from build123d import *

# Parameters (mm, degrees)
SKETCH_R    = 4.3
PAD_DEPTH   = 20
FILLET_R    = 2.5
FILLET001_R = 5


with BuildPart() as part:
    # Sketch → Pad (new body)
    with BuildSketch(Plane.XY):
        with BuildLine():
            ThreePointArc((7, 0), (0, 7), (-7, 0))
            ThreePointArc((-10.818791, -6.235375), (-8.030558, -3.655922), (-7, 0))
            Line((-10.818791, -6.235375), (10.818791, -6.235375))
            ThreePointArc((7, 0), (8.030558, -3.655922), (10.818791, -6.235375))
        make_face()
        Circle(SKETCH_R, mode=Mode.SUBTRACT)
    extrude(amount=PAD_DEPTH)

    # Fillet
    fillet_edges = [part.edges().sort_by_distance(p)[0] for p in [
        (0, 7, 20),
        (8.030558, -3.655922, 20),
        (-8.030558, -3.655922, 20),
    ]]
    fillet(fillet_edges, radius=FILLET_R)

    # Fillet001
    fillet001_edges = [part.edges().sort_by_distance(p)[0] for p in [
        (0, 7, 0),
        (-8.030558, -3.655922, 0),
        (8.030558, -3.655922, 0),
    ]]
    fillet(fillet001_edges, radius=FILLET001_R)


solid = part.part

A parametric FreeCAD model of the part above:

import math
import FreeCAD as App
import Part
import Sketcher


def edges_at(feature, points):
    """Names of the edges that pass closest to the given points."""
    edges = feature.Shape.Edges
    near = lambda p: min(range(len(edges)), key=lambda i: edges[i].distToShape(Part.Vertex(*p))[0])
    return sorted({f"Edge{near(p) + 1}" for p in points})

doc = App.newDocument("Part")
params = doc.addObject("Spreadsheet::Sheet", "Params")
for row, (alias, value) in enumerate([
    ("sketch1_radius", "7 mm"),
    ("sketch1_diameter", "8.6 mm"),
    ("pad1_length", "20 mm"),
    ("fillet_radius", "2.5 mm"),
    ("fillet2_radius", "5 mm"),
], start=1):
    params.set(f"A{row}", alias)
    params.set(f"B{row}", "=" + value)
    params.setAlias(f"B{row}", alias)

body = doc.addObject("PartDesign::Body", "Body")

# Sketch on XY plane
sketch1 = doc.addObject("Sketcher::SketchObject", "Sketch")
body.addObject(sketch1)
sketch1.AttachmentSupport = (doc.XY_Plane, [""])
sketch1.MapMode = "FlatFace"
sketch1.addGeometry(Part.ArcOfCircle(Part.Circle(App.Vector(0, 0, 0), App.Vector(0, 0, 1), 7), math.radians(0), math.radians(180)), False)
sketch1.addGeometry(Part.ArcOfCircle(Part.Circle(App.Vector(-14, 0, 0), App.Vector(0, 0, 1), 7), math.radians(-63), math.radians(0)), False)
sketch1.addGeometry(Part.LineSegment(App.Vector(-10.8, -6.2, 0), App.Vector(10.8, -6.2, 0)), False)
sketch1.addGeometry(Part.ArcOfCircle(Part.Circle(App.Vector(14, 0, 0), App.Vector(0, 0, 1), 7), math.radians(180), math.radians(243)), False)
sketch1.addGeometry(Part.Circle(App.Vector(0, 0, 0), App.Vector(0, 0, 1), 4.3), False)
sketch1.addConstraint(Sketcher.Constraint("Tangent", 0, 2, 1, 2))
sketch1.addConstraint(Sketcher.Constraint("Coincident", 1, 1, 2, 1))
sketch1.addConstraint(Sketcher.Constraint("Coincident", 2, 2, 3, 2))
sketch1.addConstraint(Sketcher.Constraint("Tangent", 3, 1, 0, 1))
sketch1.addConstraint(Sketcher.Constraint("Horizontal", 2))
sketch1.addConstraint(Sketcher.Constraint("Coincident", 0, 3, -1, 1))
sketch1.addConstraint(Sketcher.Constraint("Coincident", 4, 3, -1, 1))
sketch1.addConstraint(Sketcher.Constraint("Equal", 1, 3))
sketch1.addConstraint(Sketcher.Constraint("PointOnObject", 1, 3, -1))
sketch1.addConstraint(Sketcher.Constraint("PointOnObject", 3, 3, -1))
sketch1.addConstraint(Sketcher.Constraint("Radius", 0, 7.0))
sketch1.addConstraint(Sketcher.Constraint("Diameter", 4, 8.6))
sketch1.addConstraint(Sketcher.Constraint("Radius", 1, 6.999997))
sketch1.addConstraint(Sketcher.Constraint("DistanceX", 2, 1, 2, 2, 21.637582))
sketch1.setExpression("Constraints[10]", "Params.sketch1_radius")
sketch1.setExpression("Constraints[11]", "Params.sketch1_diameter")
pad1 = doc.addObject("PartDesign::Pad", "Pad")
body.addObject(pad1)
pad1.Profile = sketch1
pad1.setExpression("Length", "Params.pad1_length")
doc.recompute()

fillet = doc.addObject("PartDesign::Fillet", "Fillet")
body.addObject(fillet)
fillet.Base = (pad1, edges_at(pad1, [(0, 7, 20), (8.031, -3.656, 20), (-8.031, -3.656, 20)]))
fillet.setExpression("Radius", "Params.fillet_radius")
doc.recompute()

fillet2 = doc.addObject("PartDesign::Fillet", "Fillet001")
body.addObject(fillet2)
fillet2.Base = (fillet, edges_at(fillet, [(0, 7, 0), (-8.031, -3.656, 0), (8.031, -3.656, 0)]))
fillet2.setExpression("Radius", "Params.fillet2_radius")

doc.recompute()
++++
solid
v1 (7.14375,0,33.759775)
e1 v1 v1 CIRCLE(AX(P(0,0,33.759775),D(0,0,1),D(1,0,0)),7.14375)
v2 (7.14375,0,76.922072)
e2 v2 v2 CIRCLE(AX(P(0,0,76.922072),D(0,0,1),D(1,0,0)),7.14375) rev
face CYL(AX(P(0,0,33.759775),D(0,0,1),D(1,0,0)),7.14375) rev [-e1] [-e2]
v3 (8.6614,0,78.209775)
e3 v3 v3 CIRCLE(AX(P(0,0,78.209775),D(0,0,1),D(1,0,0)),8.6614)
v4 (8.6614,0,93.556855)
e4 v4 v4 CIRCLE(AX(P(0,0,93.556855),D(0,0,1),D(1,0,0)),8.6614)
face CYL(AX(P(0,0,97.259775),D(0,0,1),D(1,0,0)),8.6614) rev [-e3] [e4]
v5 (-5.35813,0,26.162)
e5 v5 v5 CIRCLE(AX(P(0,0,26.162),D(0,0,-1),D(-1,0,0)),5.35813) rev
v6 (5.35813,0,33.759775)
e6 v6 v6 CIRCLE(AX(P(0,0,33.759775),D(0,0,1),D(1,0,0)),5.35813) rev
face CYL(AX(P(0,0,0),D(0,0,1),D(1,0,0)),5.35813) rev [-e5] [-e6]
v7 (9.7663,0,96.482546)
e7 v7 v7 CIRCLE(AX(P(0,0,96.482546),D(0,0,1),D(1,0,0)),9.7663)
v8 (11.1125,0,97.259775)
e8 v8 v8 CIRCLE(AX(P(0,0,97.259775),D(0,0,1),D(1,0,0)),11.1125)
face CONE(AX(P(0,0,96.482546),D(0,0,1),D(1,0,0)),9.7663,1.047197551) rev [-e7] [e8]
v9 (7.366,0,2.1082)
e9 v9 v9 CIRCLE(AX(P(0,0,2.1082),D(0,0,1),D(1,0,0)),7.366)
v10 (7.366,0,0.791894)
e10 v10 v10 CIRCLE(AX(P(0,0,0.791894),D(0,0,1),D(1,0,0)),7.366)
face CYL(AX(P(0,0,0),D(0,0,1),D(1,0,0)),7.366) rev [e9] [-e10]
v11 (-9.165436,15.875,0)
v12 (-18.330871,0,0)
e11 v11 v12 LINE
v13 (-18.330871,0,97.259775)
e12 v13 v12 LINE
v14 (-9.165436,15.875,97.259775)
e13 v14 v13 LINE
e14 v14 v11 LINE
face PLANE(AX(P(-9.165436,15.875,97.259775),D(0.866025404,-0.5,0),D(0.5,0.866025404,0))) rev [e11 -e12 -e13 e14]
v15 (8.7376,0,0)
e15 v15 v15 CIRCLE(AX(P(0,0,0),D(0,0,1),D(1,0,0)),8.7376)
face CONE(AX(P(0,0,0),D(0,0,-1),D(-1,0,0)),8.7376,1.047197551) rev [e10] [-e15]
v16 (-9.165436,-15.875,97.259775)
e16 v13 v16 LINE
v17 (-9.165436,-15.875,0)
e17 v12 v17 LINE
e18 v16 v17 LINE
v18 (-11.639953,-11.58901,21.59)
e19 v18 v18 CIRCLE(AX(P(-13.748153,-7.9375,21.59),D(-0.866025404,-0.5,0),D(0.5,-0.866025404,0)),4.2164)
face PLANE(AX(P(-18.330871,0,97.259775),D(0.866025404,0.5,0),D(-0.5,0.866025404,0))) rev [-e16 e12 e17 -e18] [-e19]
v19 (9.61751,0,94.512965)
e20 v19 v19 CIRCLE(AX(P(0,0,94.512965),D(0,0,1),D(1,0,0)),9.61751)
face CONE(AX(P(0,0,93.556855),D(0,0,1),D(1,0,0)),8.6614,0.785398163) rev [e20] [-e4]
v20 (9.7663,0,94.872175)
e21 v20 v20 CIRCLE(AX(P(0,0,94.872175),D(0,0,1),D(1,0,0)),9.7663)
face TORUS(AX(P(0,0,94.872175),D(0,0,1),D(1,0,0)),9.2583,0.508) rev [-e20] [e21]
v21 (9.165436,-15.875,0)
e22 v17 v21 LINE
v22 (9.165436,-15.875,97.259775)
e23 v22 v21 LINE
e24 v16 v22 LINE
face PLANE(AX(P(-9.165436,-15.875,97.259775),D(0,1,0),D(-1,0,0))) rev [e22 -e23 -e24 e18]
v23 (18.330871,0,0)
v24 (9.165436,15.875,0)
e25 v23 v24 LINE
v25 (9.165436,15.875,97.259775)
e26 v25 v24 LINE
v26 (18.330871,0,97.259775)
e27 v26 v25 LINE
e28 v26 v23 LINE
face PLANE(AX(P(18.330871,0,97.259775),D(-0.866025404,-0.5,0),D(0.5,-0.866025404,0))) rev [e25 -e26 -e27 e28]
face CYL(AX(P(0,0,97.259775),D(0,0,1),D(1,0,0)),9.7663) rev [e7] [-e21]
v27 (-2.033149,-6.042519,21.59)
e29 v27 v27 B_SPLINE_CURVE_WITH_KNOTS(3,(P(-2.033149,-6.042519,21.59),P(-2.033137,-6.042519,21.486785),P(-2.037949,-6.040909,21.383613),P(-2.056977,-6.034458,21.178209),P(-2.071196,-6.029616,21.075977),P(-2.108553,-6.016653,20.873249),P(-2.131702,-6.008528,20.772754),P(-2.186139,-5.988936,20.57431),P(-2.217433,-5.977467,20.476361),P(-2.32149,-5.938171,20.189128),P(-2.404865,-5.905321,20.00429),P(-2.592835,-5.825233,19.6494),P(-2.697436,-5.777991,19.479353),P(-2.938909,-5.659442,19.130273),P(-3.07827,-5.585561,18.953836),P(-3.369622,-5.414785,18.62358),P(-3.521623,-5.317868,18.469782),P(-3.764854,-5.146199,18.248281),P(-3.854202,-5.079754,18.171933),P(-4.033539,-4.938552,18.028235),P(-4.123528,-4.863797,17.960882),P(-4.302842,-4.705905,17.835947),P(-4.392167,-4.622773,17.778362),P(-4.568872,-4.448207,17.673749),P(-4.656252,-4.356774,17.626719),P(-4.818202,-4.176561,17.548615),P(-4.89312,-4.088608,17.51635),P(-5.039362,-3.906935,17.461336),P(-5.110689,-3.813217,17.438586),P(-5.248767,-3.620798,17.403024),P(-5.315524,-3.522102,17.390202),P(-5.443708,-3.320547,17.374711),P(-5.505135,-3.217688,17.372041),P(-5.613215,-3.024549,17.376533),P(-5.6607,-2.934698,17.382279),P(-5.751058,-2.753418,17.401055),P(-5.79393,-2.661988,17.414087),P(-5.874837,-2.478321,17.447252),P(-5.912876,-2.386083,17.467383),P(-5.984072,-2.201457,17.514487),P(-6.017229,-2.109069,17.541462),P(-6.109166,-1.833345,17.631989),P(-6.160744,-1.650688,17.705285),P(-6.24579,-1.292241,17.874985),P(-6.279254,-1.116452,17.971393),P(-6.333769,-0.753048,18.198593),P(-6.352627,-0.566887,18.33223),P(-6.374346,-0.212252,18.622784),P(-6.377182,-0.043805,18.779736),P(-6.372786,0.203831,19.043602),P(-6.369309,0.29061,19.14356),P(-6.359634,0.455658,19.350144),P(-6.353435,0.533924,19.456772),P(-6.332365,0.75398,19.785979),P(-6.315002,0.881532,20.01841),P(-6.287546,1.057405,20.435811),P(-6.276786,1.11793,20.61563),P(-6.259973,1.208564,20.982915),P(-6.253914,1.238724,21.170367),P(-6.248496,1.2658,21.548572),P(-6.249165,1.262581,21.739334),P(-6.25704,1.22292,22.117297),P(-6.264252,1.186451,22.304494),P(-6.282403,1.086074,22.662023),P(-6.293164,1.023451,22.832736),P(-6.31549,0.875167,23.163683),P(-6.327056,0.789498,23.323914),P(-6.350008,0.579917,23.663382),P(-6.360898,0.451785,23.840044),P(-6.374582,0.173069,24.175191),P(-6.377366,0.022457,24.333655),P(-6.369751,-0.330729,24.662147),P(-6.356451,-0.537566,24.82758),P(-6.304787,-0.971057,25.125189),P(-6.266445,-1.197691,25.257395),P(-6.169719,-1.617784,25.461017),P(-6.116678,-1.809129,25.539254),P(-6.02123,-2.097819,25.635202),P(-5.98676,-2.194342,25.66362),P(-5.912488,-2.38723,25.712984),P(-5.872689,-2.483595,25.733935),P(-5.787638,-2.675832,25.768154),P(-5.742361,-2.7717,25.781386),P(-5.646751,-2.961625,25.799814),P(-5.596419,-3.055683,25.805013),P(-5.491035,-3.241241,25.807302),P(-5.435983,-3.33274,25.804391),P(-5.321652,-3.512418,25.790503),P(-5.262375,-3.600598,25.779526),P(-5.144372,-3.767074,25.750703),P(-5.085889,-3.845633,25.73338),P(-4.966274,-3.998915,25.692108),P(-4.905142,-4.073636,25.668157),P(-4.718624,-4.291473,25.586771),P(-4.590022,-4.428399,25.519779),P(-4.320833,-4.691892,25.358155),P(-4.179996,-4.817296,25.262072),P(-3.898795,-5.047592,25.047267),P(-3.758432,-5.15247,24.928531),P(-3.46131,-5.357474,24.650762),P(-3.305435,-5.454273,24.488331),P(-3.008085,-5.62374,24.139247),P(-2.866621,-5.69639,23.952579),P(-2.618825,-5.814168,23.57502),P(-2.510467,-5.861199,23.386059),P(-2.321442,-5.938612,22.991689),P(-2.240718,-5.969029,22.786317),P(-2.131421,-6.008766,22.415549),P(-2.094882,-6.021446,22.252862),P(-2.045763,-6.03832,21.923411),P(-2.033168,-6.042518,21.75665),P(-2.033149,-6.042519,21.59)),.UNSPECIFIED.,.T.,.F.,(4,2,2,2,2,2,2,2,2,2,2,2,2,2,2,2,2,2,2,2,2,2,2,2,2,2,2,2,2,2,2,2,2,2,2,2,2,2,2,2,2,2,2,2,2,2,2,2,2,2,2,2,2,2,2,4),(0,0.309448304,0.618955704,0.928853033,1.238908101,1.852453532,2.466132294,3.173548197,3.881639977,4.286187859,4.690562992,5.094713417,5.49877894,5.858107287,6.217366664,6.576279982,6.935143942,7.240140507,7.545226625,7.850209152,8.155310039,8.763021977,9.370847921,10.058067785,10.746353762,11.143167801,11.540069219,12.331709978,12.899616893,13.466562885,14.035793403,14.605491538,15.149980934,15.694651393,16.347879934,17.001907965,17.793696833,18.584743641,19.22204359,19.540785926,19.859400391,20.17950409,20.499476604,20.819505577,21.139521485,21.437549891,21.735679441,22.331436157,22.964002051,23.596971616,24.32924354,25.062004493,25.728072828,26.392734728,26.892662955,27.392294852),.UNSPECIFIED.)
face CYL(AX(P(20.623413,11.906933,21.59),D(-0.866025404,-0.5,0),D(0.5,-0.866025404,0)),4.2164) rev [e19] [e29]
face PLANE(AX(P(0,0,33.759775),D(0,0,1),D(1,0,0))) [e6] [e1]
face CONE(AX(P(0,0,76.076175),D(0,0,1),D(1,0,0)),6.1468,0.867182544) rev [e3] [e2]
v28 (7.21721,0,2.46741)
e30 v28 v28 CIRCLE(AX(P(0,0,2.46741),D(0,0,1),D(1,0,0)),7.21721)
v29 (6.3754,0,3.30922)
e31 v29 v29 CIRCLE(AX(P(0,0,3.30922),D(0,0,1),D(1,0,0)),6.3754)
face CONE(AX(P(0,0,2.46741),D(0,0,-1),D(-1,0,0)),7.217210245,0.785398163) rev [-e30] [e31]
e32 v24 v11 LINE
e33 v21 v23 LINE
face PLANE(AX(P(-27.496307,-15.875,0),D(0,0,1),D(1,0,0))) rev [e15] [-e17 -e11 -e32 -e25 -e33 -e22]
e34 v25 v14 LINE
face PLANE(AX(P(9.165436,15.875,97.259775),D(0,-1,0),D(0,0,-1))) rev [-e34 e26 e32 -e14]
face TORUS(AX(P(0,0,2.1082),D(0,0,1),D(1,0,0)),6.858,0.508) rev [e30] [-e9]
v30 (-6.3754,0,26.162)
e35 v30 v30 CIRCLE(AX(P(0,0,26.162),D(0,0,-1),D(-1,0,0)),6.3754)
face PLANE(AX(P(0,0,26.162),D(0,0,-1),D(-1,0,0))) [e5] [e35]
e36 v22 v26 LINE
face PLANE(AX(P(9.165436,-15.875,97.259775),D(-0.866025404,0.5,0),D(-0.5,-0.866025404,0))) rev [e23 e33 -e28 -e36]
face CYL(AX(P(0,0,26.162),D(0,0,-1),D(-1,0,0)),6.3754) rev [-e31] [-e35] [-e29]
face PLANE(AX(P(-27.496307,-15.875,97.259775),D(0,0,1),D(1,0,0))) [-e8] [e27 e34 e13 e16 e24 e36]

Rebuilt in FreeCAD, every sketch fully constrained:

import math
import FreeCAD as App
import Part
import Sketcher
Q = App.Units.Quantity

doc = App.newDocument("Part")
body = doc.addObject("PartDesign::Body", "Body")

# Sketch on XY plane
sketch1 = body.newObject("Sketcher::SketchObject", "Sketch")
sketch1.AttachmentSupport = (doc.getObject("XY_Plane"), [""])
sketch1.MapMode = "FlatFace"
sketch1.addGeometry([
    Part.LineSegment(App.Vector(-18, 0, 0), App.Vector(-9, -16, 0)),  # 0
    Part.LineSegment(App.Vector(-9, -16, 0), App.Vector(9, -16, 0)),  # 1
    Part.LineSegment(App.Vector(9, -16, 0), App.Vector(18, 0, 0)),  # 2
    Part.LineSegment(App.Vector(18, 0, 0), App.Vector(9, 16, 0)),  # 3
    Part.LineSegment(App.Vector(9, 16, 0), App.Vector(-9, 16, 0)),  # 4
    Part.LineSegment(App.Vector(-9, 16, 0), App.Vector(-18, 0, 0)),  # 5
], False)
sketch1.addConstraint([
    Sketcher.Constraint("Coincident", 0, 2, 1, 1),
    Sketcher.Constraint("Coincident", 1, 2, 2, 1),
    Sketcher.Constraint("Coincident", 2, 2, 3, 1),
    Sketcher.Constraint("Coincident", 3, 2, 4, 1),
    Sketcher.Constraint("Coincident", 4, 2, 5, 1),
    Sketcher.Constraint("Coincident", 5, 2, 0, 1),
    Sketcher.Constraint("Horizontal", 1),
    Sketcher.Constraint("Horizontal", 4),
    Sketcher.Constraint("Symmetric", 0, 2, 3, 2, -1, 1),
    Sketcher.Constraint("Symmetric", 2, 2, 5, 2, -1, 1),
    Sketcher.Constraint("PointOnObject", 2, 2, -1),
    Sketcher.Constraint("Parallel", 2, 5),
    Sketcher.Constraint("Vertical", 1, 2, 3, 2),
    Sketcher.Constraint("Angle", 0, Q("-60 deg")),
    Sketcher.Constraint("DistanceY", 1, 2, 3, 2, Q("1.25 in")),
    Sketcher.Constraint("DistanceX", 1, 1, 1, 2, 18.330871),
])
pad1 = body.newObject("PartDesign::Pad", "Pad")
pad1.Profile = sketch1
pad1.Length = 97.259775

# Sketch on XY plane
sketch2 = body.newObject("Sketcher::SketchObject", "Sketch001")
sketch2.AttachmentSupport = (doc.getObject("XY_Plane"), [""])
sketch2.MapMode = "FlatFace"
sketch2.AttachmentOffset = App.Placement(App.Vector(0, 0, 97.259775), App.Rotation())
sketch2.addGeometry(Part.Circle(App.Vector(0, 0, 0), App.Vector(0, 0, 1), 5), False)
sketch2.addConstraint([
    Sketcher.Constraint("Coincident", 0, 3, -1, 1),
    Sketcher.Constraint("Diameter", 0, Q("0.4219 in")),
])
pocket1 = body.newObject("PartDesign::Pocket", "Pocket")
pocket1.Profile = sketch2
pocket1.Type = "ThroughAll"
++++
## YOUR INSTRUCTIONS:
For this exercise, output exactly the lines above from the line with "e11 v11 v12 LINE" to the line with "face CYL(AX(P(0,0,97.259775),D(0,0,1),D(1,0,0)),9.7663) rev", counting both, and leave out the rest.

## WRITTEN ANSWER:
e11 v11 v12 LINE
v13 (-18.330871,0,97.259775)
e12 v13 v12 LINE
v14 (-9.165436,15.875,97.259775)
e13 v14 v13 LINE
e14 v14 v11 LINE
face PLANE(AX(P(-9.165436,15.875,97.259775),D(0.866025404,-0.5,0),D(0.5,0.866025404,0))) rev [e11 -e12 -e13 e14]
v15 (8.7376,0,0)
e15 v15 v15 CIRCLE(AX(P(0,0,0),D(0,0,1),D(1,0,0)),8.7376)
face CONE(AX(P(0,0,0),D(0,0,-1),D(-1,0,0)),8.7376,1.047197551) rev [e10] [-e15]
v16 (-9.165436,-15.875,97.259775)
e16 v13 v16 LINE
v17 (-9.165436,-15.875,0)
e17 v12 v17 LINE
e18 v16 v17 LINE
v18 (-11.639953,-11.58901,21.59)
e19 v18 v18 CIRCLE(AX(P(-13.748153,-7.9375,21.59),D(-0.866025404,-0.5,0),D(0.5,-0.866025404,0)),4.2164)
face PLANE(AX(P(-18.330871,0,97.259775),D(0.866025404,0.5,0),D(-0.5,0.866025404,0))) rev [-e16 e12 e17 -e18] [-e19]
v19 (9.61751,0,94.512965)
e20 v19 v19 CIRCLE(AX(P(0,0,94.512965),D(0,0,1),D(1,0,0)),9.61751)
face CONE(AX(P(0,0,93.556855),D(0,0,1),D(1,0,0)),8.6614,0.785398163) rev [e20] [-e4]
v20 (9.7663,0,94.872175)
e21 v20 v20 CIRCLE(AX(P(0,0,94.872175),D(0,0,1),D(1,0,0)),9.7663)
face TORUS(AX(P(0,0,94.872175),D(0,0,1),D(1,0,0)),9.2583,0.508) rev [-e20] [e21]
v21 (9.165436,-15.875,0)
e22 v17 v21 LINE
v22 (9.165436,-15.875,97.259775)
e23 v22 v21 LINE
e24 v16 v22 LINE
face PLANE(AX(P(-9.165436,-15.875,97.259775),D(0,1,0),D(-1,0,0))) rev [e22 -e23 -e24 e18]
v23 (18.330871,0,0)
v24 (9.165436,15.875,0)
e25 v23 v24 LINE
v25 (9.165436,15.875,97.259775)
e26 v25 v24 LINE
v26 (18.330871,0,97.259775)
e27 v26 v25 LINE
e28 v26 v23 LINE
face PLANE(AX(P(18.330871,0,97.259775),D(-0.866025404,-0.5,0),D(0.5,-0.866025404,0))) rev [e25 -e26 -e27 e28]
face CYL(AX(P(0,0,97.259775),D(0,0,1),D(1,0,0)),9.7663) rev [e7] [-e21]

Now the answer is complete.